__Task details__: All lines holding the string "DIRECTION" should be copied from the data below.

__Provided data__:

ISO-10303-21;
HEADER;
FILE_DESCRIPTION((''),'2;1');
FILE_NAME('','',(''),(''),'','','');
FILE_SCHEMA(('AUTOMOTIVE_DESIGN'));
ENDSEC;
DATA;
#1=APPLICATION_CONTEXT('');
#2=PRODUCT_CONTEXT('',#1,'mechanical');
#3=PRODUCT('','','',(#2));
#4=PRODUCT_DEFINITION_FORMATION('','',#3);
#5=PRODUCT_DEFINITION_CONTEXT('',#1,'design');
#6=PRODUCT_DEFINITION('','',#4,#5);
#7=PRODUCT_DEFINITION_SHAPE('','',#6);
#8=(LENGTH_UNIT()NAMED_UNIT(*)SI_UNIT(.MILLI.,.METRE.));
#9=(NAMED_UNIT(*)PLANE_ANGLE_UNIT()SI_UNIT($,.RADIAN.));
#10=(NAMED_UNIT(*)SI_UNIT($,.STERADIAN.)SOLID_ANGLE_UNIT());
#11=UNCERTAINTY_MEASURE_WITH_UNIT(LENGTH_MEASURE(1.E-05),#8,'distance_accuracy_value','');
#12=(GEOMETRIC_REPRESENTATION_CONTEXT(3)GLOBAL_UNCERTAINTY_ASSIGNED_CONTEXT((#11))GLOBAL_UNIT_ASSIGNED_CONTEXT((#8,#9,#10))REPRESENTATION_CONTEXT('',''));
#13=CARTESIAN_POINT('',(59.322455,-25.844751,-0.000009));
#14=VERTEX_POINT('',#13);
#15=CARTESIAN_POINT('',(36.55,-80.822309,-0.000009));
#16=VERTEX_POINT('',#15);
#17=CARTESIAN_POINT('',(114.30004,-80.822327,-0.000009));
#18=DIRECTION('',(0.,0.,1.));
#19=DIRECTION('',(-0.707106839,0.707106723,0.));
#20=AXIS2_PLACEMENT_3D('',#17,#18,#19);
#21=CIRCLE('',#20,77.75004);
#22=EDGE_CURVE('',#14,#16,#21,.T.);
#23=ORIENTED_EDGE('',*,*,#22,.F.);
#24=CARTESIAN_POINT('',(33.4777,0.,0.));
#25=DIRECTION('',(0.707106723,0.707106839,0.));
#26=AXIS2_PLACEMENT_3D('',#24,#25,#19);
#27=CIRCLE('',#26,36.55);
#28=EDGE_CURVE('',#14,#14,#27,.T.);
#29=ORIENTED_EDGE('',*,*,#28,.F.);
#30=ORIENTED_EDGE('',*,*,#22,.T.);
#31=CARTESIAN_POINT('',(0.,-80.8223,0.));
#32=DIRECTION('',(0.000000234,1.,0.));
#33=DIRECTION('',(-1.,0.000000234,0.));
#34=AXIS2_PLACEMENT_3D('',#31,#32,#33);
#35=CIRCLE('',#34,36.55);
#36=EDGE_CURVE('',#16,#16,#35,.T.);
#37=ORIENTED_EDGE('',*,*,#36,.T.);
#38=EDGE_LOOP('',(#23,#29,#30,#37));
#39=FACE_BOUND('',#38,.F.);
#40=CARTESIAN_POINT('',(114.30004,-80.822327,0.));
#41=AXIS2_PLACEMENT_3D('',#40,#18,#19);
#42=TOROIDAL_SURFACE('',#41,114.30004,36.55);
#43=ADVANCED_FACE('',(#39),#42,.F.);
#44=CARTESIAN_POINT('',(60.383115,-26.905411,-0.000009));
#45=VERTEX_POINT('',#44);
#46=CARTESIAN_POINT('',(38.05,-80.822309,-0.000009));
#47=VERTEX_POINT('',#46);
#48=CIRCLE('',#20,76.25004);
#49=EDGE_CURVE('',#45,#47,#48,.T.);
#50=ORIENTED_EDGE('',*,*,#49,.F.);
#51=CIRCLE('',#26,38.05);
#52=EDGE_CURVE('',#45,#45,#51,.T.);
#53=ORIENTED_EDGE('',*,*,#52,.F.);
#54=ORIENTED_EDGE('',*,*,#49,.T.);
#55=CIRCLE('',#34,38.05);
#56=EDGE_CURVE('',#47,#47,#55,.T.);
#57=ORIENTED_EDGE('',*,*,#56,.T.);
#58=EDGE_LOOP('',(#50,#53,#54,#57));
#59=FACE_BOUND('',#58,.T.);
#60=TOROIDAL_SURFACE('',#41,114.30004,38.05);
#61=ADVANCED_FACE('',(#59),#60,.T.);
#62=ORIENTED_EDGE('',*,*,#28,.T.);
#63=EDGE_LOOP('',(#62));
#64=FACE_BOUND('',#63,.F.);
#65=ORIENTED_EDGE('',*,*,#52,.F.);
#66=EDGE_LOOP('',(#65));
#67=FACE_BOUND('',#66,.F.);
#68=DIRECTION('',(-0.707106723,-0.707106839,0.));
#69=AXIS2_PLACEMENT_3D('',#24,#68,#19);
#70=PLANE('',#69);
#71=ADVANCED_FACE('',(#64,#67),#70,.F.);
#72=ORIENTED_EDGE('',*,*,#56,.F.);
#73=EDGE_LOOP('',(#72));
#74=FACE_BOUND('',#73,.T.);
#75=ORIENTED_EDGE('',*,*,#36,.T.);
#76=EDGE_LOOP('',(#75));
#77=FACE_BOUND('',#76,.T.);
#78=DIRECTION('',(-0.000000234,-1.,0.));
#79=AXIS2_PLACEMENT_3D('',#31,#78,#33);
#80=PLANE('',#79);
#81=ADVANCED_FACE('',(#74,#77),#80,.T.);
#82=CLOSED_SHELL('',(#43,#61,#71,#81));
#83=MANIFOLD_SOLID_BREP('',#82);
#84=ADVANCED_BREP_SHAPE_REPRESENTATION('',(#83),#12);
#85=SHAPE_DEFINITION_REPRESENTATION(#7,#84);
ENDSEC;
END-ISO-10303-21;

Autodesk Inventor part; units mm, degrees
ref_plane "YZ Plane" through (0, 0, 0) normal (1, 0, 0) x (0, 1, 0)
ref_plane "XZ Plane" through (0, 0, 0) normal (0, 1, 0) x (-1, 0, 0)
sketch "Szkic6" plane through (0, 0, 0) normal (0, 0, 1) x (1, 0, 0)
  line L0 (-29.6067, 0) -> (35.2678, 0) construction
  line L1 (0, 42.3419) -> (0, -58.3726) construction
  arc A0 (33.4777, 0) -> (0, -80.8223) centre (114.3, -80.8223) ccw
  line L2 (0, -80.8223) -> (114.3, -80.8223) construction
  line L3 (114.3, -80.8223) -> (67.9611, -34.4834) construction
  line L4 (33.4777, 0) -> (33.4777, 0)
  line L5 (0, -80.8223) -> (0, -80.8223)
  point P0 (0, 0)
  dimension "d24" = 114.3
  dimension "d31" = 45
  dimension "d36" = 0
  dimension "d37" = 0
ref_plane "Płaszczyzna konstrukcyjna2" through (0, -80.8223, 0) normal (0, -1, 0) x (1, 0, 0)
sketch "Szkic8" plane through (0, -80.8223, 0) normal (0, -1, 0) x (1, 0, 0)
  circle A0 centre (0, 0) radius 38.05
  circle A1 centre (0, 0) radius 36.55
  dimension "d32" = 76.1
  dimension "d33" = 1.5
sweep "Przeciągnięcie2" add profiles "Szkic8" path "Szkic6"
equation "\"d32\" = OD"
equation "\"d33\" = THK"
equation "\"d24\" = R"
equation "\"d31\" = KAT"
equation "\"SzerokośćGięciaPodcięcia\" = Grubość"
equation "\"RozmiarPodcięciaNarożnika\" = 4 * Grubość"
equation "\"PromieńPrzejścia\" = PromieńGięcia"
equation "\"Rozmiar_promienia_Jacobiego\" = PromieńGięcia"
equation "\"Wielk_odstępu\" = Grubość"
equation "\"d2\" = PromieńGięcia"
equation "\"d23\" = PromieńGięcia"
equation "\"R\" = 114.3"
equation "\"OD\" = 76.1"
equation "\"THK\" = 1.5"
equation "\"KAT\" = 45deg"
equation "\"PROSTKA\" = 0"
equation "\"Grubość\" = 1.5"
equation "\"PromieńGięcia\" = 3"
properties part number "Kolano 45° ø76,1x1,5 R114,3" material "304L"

==

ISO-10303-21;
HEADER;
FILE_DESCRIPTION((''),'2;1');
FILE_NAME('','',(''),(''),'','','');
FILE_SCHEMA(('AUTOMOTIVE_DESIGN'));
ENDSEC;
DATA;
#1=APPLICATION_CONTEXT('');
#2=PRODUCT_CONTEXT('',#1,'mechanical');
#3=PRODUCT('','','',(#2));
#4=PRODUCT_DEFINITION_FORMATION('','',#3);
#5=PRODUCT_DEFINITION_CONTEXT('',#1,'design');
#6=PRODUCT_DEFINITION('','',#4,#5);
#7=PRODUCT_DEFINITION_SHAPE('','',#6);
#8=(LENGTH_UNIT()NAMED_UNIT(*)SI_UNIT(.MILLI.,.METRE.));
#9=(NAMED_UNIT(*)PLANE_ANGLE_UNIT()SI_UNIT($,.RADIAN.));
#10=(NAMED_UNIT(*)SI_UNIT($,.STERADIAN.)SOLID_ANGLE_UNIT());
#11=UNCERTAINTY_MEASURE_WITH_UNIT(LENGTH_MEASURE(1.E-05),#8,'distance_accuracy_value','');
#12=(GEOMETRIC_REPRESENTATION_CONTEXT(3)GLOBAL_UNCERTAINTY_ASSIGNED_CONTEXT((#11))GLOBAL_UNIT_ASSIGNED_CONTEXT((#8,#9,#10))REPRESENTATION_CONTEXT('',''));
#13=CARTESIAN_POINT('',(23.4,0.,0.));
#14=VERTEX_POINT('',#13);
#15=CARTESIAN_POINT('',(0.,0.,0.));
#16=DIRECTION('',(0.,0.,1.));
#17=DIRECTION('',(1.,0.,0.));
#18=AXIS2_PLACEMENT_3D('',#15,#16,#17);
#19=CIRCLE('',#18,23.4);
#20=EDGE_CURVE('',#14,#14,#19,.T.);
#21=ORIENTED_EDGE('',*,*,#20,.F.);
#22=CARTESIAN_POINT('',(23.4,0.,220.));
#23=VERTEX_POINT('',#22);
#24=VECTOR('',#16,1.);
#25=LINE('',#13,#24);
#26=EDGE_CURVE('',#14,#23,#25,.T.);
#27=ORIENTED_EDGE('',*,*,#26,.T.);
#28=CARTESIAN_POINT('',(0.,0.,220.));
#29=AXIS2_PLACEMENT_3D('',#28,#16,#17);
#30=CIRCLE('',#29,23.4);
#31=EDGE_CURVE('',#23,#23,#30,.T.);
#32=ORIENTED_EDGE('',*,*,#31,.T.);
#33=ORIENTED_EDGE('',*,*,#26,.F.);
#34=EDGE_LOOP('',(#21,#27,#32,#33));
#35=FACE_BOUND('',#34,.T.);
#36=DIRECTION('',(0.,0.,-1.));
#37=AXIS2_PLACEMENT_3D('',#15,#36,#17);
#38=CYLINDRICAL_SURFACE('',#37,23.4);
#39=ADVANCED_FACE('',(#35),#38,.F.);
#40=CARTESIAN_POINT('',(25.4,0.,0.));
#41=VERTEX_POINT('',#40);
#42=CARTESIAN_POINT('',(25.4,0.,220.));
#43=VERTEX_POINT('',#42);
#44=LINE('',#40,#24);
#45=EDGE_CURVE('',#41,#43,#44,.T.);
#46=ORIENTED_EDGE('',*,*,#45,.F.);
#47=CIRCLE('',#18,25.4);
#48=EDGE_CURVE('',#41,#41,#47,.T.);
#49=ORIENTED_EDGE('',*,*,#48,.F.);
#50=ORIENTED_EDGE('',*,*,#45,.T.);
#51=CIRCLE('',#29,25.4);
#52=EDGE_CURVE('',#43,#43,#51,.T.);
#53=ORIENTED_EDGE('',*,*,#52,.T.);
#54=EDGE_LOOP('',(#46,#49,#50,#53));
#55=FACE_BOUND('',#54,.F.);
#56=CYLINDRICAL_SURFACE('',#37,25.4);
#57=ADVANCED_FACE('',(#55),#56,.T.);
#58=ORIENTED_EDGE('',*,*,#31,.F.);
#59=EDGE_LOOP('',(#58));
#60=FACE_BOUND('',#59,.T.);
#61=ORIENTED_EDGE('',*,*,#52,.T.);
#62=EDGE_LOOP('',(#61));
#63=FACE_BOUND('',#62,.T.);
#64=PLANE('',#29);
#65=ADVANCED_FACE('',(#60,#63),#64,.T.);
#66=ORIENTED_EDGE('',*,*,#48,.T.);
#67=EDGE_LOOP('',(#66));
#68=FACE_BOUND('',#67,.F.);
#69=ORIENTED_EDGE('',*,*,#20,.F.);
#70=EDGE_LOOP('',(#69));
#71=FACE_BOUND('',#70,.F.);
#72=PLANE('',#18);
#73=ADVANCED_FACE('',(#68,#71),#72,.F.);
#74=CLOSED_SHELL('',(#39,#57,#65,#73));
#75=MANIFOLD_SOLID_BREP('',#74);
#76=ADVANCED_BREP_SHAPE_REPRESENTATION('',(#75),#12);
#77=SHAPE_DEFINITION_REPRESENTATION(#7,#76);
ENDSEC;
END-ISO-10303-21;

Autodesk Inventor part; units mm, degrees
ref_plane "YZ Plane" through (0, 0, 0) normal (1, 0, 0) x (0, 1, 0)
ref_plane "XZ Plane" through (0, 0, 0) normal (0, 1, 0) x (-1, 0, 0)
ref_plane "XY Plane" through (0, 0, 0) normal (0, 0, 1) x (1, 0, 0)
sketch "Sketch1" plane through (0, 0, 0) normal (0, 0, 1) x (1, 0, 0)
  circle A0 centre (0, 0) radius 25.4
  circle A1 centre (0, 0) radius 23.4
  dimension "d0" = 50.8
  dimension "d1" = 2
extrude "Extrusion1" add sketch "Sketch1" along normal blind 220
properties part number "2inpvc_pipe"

__Solution__:
#18=DIRECTION('',(0.,0.,1.));
#19=DIRECTION('',(-0.707106839,0.707106723,0.));
#25=DIRECTION('',(0.707106723,0.707106839,0.));
#32=DIRECTION('',(0.000000234,1.,0.));
#33=DIRECTION('',(-1.,0.000000234,0.));
#68=DIRECTION('',(-0.707106723,-0.707106839,0.));
#78=DIRECTION('',(-0.000000234,-1.,0.));
#16=DIRECTION('',(0.,0.,1.));
#17=DIRECTION('',(1.,0.,0.));
#36=DIRECTION('',(0.,0.,-1.));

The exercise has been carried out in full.